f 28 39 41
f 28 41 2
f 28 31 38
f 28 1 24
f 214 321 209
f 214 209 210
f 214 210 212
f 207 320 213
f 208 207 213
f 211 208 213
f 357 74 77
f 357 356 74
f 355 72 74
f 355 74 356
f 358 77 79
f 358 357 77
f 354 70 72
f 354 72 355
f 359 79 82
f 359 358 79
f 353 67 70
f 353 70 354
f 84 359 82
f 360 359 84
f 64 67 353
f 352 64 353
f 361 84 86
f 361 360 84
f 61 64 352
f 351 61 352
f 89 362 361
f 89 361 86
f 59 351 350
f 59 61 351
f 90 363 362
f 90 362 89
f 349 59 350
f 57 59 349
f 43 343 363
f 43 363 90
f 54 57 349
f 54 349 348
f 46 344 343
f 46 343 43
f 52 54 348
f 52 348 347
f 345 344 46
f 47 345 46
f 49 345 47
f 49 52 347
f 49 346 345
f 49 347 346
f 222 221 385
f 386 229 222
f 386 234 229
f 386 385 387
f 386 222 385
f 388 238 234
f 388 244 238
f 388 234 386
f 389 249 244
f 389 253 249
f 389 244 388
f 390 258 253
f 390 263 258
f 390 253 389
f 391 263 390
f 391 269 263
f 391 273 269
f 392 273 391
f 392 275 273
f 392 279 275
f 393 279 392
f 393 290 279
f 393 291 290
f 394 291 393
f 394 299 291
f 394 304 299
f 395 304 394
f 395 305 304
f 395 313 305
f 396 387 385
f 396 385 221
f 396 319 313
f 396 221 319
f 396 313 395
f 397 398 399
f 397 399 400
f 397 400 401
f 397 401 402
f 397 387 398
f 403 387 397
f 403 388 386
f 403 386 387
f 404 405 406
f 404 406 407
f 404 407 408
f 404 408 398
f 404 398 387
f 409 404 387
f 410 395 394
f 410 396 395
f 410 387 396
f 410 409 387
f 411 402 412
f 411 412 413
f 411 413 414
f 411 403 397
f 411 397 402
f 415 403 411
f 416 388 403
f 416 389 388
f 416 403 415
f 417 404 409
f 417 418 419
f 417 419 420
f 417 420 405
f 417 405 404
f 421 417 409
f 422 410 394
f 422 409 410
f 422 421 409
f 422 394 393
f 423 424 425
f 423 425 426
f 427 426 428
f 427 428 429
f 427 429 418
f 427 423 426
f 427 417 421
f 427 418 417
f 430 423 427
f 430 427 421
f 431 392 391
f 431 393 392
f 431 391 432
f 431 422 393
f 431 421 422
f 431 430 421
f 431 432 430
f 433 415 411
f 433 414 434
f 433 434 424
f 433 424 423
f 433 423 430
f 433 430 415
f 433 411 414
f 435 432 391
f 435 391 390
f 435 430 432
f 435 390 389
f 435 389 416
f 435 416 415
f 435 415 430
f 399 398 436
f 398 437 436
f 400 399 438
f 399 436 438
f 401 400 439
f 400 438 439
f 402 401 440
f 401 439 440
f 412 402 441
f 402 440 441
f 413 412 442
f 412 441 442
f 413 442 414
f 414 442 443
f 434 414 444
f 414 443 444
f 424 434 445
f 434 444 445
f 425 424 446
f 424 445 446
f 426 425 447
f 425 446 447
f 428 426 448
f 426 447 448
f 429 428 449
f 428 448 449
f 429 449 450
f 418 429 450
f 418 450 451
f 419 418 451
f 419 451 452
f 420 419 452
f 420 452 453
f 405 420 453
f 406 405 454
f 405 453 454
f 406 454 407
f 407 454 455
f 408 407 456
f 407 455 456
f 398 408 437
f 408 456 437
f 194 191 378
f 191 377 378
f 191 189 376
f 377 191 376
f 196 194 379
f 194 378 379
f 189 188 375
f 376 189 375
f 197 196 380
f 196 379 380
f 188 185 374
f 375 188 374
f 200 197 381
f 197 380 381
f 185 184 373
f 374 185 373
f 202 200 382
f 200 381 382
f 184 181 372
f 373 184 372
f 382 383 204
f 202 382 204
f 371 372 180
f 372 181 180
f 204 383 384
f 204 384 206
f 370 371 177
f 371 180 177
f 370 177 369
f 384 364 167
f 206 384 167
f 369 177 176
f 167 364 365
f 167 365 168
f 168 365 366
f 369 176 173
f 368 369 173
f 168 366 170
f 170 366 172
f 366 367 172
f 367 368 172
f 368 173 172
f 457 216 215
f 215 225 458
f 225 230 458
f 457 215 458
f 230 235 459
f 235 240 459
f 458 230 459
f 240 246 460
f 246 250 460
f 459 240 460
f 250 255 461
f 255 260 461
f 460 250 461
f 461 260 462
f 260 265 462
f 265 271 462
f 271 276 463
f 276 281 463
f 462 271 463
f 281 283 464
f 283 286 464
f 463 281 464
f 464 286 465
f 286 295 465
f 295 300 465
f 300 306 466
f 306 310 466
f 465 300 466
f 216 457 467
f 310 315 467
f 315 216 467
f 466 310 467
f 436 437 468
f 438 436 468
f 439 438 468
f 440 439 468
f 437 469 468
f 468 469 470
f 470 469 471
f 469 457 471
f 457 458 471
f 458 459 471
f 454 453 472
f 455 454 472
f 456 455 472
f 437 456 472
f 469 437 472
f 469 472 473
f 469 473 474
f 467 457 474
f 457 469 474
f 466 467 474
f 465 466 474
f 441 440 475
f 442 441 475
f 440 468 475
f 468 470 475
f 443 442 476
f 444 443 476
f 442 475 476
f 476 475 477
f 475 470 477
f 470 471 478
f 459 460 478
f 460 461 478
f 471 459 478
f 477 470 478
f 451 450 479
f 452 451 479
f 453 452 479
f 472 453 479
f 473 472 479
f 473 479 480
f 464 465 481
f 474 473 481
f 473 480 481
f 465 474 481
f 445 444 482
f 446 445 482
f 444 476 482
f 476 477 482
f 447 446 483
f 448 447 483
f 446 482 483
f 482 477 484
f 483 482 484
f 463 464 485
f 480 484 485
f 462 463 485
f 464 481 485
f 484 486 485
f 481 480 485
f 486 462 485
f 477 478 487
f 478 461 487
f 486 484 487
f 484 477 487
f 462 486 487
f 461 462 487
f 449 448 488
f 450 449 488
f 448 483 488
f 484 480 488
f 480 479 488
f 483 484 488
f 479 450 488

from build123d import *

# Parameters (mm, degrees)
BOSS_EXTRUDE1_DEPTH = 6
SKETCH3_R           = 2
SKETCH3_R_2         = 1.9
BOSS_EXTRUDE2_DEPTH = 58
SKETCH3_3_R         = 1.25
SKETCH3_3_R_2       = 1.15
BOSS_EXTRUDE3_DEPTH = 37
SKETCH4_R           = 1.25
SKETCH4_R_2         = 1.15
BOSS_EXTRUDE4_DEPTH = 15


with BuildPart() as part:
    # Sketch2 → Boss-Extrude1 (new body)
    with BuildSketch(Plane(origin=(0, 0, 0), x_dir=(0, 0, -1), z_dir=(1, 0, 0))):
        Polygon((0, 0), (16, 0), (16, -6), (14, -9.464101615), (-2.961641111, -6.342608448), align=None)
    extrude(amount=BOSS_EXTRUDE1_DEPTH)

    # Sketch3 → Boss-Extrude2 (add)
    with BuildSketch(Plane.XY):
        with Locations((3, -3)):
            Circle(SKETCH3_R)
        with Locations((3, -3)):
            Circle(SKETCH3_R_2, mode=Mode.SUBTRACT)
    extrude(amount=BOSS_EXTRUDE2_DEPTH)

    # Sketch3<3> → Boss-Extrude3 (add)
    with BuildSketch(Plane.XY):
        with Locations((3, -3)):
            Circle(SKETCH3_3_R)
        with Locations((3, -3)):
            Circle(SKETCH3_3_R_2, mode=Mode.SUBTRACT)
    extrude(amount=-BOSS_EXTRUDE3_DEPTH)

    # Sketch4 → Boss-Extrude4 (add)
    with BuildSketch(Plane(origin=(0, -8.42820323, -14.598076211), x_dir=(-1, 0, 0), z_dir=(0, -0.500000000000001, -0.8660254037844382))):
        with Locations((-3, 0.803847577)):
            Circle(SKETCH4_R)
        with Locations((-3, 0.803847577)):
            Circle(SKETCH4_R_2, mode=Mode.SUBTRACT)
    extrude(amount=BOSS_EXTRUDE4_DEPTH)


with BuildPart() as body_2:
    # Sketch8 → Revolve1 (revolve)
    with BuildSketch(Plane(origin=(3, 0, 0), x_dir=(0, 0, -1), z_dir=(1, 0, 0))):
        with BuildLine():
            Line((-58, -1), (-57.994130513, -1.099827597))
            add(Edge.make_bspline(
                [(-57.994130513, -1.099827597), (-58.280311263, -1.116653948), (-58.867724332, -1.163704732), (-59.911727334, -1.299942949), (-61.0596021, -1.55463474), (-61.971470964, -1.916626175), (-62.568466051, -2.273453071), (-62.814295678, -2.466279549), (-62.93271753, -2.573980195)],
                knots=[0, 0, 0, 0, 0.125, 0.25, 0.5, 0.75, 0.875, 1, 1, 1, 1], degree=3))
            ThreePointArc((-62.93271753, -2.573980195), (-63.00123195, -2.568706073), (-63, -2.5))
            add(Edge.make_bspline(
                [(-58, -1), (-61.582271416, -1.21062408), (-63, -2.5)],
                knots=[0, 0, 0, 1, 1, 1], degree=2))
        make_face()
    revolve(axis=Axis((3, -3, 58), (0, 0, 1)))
____
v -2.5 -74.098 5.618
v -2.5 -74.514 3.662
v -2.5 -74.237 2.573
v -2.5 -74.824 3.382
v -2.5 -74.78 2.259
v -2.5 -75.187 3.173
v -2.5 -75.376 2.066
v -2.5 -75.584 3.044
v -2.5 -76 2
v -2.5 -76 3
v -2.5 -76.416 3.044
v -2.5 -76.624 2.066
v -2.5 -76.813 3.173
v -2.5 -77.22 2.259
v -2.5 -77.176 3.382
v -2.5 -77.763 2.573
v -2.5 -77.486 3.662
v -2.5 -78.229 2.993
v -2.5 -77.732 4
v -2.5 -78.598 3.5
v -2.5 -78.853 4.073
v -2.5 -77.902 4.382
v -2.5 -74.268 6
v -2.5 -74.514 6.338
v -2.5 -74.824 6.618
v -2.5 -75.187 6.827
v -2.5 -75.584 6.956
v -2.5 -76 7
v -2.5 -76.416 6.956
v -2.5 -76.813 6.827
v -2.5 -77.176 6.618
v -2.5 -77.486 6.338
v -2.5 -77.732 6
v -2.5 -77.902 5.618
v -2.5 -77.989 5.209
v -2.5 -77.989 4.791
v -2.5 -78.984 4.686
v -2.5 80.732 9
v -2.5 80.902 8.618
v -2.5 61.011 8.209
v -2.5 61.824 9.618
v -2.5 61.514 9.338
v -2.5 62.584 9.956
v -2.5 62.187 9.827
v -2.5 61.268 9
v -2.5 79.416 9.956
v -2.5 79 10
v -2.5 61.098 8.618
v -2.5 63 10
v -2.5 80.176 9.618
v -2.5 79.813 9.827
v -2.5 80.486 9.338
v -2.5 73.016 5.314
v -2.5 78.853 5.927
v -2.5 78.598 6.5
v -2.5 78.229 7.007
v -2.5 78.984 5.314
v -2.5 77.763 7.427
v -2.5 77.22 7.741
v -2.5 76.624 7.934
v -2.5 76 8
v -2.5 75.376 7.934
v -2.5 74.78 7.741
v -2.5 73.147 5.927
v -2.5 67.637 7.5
____
▸ TRY IT: Begin at the line that has "f 425 424 446" in the entries above; stop after the line that has "f 196 194 379". Transcribe exactly those lines and no others.

▸ SOLUTION TO THIS TASK:
f 425 424 446
f 424 445 446
f 426 425 447
f 425 446 447
f 428 426 448
f 426 447 448
f 429 428 449
f 428 448 449
f 429 449 450
f 418 429 450
f 418 450 451
f 419 418 451
f 419 451 452
f 420 419 452
f 420 452 453
f 405 420 453
f 406 405 454
f 405 453 454
f 406 454 407
f 407 454 455
f 408 407 456
f 407 455 456
f 398 408 437
f 408 456 437
f 194 191 378
f 191 377 378
f 191 189 376
f 377 191 376
f 196 194 379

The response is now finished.